Appeals Court Orders 2 Banks To Turn Over Trump Financial Documents To Congress
A three-member panel of judges on the 2nd U.S. Circuit Court of Appeals has handed President Donald Trump another setback in his effort to conceal his financial records from public scrutiny. It has directed Deutsche Bank AG and Capital One Financial Corp. to hand over Trump’s financial records over to Congress. The Appellate Court has instructed the multinational banks to comply with the Congressional subpoenas issued to them by two House Committees concerning disclosure of Trump’s bank records.
Trump had sued the two big banks earlier to prevent them from disclosing his financial records. Trump’s lawyers will certainly appeal this decision to the U.S. Supreme Court in a last-ditch bid to prevent their client’s record from going public.

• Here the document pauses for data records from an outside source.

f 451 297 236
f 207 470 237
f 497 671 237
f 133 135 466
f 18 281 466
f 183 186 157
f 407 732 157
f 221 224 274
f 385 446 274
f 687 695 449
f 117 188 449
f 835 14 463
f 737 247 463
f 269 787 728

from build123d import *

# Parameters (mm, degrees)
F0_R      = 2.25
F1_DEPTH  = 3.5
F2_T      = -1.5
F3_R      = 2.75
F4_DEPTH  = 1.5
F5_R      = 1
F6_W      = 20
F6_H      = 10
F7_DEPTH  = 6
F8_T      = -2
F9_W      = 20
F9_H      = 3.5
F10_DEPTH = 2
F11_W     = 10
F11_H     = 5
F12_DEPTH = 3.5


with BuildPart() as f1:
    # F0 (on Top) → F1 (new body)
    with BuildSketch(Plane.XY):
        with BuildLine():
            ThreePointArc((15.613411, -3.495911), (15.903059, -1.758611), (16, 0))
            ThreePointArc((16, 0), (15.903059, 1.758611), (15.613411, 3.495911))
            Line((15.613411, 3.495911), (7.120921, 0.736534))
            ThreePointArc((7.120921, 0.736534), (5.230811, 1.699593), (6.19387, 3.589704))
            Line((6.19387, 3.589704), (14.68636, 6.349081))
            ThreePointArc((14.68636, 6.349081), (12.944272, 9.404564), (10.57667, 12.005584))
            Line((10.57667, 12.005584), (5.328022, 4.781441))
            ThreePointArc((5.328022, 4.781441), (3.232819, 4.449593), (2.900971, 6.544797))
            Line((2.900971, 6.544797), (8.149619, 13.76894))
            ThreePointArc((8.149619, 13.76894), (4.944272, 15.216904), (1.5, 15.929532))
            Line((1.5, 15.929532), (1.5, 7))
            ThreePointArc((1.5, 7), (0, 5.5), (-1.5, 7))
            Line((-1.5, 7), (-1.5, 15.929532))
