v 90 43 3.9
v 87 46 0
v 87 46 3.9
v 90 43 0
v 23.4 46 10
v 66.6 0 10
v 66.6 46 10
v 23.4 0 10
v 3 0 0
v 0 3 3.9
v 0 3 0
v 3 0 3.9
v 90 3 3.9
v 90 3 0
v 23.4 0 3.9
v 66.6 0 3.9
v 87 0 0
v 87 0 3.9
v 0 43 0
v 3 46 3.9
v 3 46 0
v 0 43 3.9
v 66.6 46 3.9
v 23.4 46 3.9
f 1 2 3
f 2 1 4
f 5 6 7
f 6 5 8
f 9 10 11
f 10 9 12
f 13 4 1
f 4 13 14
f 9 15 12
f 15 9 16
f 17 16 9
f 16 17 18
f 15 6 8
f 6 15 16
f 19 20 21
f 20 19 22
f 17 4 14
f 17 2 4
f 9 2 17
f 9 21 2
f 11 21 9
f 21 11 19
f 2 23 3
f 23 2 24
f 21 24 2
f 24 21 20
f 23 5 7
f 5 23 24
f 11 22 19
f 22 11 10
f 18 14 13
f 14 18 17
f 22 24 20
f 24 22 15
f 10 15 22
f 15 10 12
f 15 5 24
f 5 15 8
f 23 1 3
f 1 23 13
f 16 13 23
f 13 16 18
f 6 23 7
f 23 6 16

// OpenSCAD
$fn = 32;

// ----------------------------------------------------------------------
// Stepped bar: centerstep, 90 x 46 x 10/3.9 mm
// ----------------------------------------------------------------------

// --- parameters (mm) ---
bar_l = 90;               // bar length, X
bar_w = 46;               // bar width, Y
plate_t = 10;             // thickness of the thick zone, Z
thin_t = 3.9;             // thickness of the thin zone
corner_c = 3;             // corner chamfer of the bar
step_cut = 6.1;           // material removed from the thin zone
thick_from = 23.4;        // start of the thick middle zone
thick_to = 66.6;          // end of the thick middle zone
depth_1 = 6.1;            // depth of cut 1 from the top face
depth_2 = 6.1;            // depth of cut 2 from the top face
fit_tol = 0.1;            // declared fit tolerance (prompt contract)
free_tol = 0.3;           // declared free tolerance (prompt contract)

profile = [[3, 0], [87, 0], [90, 3], [90, 43], [87, 46], [3, 46], [0, 43], [0, 3]];  // primary outline, 8 points, counter clockwise
void_1 = [[-1, -1], [23.4, -1], [23.4, 47], [-1, 47]];  // thin left end, 4 points
void_2 = [[66.6, -1], [91, -1], [91, 47], [66.6, 47]];  // thin right end, 4 points

// --- the one profile operation ---
difference() {
  linear_extrude(height = plate_t) polygon(points = profile);
  translate([0, 0, plate_t - depth_1])
    linear_extrude(height = depth_1 + 1) polygon(points = void_1);
  translate([0, 0, plate_t - depth_2])
    linear_extrude(height = depth_2 + 1) polygon(points = void_2);
}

The subpoenas were issued months before the House Democrats began an inquiry in September into whether there were grounds to impeach Trump over his request to Ukraine to investigate the Bidens.
In subpoenas issued in April, the House Financial Services Committee and the Intelligence Committee asked Deutsche Bank for records of Trump, three of his children and the Trump Organization. Lawmakers have said the requests are part of a wider investigation into money laundering and foreign influence over U.S. politics. The Financial Services Committee subpoenaed Capital One in April, seeking records related to the Trump Organization’s hotel business.
The three-member panel of the U.S. 2nd Circuit Court of Appeals gave a 2-1 majority ruling to enforce the two House Committees subpoenas on the banks. The appellate court judges said that the congressional investigations “substantially overbalance the privacy interests invaded by disclosure of financial documents.”
A 2017 disclosure form showed Trump owed over $130 million to Deutsche Bank. Congressional investigators had already identified failures in Deutsche Bank’s money-laundering controls in its dealings with Russian oligarchs.
The two banks in question refused to comment on the matter.
Trump did not release his tax returns as a presidential candidate in 2016 and afterward as president. In other legal cases, Trump sought to thwart the attempts of the House Democrats from obtaining his tax and financial records.
The U.S. Supreme Court will hear arguments on December 13 whether it will overturn the ruling of the lower courts that ordered Trump to hand over his individual as well as the corporate tax returns of his accounting firm Mazars, LLP from 2011 to 2018 to local prosecutors in New York, who were conducting a criminal investigation.